READING TIME: 4 MIN

In twenty-three years, we have experienced moments of joy and of relief. Likewise, we’ve known the terror that accompanied the dehydration and surgeries and the tumor on her skull. But sometimes there’s a quieter fear, a dread like a prickle on the scalp, often signaled by a beep in the night…

This past Thursday, Gabriella had been crabby. Nothing we did soothed her for long, and we were glad to get her into bed in the evening. When we attached her pulse oximeter to her toe, however, her heart rate was elevated. Then she had a seizure.

Gabriella has been experiencing seizures for years, but this one drove her heart rate to the highest level I can ever remember, nearly 170 (although not all of them come at night when we have the pulse oximeter attached). When she came out of it, Lisa took her temperature: no fever. But the pulse ox continued to beep, bringing that worry I’ve often known.

I have an ambivalent relationship with that device, with its white plastic wire and its digital display. It brings back awful memories of sleeping in hospital rooms during prolonged stays.

Even today, we use a baby monitor to track our daughter’s progress through the night. We hear the pulse ox beep when her oxygen dips below 90%, or when her heart rate exceeds 125 or goes under 50, which thankfully, is seldom. The sound it makes when alerted is insidious…beep-be-beep beep beep, beep-be-beep beep beep.

During the early years, it was unnerving to wake up to that clarion. I’d leap out of bed, hurry downstairs, wondering if my pulse was going as fast as hers. Upon reaching her room, the first thing I would do was to push the button to suppress the sound for the next two minutes. Sometimes the beeping was alerting us to something of concern. Just as frequently, it seemed, the small ring around her toe (it looks like an old-fashioned Band-Aid) has come loose or the connection skipped a beat. And when she sleeps, Gabriella’s heart rate often goes below 50. As a result, several times a week, I reset the lower limit to 45 to restore silence.

It can be easy to become complacent, and more so when you want it to be a mechanical failure or an excess of calm. But sometimes, it’s not so.

On Friday morning, her skin became warm. With her fever, she grew lethargic. We attached the pulse ox during the day, which was unusual, and found her heart rate peaking at over 150. The nurse listened to her lungs and said she thought they sounded junky. But if she was congested, why was her oxygen level so strong?

Lisa consulted Gabriella’s doctor and got a prescription for an antibiotic, plus we gave her Tylenol. I sat alongside the pulse oximeter, poking my thumb at the button every time it sounded, trying to get it before the first beep bloomed into that horrid sequence.

We alternated being on-call for two-hour increments.
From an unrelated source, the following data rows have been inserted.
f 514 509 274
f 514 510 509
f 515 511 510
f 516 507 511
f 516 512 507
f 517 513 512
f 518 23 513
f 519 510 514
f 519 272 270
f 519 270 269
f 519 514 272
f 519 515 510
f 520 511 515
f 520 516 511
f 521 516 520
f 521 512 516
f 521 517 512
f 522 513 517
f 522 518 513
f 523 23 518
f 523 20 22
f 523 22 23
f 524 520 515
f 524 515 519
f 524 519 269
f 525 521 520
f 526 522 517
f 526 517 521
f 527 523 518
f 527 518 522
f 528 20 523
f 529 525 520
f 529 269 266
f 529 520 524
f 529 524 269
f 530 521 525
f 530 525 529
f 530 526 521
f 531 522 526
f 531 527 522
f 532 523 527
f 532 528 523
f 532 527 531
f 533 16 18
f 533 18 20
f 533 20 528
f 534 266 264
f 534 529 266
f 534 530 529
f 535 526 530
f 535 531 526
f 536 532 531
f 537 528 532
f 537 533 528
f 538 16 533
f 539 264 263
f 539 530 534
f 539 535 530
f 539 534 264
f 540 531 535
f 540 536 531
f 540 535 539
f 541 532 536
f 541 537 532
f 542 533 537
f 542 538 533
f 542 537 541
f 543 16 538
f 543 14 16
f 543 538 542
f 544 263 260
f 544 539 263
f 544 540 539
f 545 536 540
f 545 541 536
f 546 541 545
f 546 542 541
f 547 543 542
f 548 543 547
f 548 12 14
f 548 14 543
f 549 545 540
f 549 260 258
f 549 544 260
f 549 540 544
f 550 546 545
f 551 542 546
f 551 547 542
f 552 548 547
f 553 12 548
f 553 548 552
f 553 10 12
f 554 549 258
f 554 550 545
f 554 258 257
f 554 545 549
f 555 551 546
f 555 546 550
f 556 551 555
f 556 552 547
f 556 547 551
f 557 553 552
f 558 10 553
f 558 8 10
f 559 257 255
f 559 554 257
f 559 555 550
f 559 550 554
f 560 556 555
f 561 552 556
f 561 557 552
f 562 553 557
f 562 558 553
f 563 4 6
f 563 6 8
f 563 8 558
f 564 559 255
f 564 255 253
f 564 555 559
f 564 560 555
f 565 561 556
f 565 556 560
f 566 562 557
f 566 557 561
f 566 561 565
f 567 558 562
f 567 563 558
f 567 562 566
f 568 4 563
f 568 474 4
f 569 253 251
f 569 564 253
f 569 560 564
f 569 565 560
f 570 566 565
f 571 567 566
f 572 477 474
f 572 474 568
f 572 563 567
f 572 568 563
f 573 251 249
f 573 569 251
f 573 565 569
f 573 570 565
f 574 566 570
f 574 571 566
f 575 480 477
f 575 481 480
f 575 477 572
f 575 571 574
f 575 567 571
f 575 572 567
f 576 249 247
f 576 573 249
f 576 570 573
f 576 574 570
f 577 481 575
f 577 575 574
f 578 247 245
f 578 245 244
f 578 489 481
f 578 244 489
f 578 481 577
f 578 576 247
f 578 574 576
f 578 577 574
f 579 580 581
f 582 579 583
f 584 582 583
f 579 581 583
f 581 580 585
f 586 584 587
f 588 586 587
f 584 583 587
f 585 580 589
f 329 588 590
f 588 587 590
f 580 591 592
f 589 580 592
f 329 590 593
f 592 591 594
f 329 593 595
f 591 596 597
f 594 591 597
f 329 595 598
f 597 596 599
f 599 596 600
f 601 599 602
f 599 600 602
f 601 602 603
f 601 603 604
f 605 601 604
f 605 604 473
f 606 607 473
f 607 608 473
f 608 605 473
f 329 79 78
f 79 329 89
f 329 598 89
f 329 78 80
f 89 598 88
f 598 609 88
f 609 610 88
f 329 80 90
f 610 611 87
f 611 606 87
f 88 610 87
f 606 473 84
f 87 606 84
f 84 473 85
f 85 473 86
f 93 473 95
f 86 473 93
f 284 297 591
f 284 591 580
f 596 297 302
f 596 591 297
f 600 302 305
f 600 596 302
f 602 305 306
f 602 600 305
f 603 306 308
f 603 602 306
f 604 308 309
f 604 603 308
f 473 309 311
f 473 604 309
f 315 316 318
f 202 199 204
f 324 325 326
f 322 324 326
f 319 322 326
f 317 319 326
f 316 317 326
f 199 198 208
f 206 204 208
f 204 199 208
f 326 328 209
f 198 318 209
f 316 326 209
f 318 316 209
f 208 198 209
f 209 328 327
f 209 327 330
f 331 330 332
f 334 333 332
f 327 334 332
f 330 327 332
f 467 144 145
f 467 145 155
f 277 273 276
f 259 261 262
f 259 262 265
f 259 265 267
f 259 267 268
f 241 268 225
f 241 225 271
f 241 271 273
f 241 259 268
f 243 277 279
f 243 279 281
That night was stable, but I awoke at 7 a.m. to the beep-be-beep beep beep-ing. My first thought was that her heart rate had fallen once more under 50. But when I pressed my thumb to silence the pulse ox, I found that her oxygen level had dropped to 89, then 88. Most mornings, the beeping is enough to wake her, but she slept on. Her forehead was warm again, so I put a Tylenol caplet in a syringe with water to dilute it for delivery through her G-tube.

I waited in the shadows, leaning over to push the button every two minutes. The numbers became depressed: 86, 85, 83, 80, and down into the 70s. This was during my shift and I wanted to let Lisa catch up on rest, so I tried rewrapping the toe-ring and got immediate gratification, with the oxygen level soaring to 94. But it soon slipped back into the 80s and then to 75. I flipped her to her other side, but that didn’t help either.
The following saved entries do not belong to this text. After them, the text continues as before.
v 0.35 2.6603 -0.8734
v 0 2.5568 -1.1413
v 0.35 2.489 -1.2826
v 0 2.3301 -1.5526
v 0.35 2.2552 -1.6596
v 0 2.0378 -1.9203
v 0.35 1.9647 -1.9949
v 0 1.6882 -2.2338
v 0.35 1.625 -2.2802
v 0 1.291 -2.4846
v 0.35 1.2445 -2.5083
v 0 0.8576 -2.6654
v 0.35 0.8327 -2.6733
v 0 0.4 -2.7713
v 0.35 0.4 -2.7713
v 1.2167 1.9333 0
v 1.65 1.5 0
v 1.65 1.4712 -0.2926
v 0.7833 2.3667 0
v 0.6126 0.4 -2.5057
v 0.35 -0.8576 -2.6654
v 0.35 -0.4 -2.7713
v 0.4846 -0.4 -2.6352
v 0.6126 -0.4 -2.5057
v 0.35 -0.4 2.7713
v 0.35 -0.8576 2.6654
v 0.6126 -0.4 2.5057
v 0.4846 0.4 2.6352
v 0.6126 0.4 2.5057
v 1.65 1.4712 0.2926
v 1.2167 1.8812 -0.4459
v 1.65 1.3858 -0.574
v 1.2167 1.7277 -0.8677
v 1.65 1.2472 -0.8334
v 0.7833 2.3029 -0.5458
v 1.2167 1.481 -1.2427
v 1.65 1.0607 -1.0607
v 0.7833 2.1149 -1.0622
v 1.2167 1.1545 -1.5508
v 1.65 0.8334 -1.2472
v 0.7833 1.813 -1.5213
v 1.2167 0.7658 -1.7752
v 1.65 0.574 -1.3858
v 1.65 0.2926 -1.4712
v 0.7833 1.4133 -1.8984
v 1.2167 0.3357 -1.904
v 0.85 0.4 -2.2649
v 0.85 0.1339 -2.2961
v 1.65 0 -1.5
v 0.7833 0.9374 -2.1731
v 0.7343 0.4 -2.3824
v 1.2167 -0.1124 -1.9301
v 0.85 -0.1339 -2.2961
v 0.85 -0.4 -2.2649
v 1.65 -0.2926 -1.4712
I wondered if I would need to haul out the oxygen concentrator, a rolling piece of equipment that has always intimidated me, and not least because its use often heralds a trip to the hospital. But with first light, things normalized.
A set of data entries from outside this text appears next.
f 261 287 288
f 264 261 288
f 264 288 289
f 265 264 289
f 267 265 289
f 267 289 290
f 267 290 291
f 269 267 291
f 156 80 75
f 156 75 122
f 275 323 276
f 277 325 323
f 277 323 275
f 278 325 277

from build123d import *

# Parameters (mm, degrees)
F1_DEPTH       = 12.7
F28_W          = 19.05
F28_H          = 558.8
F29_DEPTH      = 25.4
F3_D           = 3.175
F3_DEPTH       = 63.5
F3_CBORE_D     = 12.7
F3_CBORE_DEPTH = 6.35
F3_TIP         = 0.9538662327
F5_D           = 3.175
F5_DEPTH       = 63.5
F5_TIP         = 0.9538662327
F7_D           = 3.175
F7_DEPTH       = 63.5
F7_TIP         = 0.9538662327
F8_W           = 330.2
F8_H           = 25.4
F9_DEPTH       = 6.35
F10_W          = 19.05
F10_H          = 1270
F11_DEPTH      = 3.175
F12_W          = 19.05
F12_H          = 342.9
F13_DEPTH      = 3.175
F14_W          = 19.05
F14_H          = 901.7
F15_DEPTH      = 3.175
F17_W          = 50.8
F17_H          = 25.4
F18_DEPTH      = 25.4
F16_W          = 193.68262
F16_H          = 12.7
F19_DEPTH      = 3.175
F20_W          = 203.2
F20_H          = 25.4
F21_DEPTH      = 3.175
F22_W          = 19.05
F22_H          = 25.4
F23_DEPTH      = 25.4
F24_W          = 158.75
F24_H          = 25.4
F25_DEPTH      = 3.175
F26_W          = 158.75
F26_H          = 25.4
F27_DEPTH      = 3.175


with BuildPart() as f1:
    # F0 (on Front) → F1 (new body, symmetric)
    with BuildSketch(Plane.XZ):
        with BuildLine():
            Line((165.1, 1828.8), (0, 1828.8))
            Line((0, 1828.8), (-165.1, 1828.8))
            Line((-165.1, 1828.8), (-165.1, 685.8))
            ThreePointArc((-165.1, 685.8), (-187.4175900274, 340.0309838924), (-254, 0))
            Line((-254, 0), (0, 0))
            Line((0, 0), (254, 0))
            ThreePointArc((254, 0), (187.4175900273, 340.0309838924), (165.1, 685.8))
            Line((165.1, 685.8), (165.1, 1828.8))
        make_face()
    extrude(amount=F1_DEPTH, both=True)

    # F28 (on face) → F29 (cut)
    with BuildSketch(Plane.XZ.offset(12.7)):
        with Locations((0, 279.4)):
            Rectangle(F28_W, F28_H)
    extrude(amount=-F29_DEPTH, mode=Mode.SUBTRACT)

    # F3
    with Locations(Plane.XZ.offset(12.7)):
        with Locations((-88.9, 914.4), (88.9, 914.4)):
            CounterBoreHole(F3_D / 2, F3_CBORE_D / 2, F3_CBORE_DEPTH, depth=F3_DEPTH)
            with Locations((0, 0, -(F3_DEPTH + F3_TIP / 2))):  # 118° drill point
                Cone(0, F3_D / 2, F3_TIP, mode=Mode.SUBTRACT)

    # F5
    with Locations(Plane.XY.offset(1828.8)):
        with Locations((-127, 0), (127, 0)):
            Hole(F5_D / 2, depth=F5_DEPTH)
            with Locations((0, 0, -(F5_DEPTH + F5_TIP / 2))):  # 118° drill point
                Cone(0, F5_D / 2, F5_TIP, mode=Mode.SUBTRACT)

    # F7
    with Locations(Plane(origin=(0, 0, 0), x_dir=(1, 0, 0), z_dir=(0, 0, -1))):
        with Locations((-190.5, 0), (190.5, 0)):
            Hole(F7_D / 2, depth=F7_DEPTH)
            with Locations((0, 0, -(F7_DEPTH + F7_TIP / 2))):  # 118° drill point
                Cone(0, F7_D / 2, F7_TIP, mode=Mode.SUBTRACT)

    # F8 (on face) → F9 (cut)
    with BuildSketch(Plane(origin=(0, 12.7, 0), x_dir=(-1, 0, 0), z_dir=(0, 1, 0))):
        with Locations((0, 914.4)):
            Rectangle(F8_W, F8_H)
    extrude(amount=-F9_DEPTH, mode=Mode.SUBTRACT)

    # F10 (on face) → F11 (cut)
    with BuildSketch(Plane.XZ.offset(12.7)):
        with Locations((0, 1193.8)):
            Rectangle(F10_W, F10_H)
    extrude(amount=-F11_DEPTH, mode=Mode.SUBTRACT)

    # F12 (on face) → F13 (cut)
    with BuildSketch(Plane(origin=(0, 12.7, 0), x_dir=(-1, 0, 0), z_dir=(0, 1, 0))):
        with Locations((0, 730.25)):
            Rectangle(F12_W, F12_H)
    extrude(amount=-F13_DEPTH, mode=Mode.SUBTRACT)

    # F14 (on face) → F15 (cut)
As the day progressed, we held our breath and wondered. Whether the fever would persist. Whether she would suffer more seizures. And whether more beeping in the night would bring another round of dread.

Saturday was much like Friday. In no particular order, Gabriella spiked a fever, we administered Tylenol and the antibiotic, she cooled down, she got an extra breathing treatment, her heart rate normalized. By bedtime, she seemed better.

Again, we traded off that night. When I woke for my shift, I heard a great rumbling. Gabriella’s oxygen had fallen and, after trying chest PT and flipping her from side to side, Lisa had set up the O2 concentrator. The growling-wheezing sound brought a new round of anxiety, but even that didn’t drown out the beeping.

Sunday was a lot like the prior two days. With three doses of the antibiotic down, Gabriella seemed to be better by bedtime, then things slipped again. This time we didn’t hesitate long before setting up the concentrator, facing another night of lousy, interrupted sleep. By Monday morning, she was cheerful, trying to encourage us despite a low-grade fever.

Once more the day held new promise. And yet I know that when darkness falls, I will feel that familiar dread, my subconscious mind alert. Awaiting those things that go beep in the night.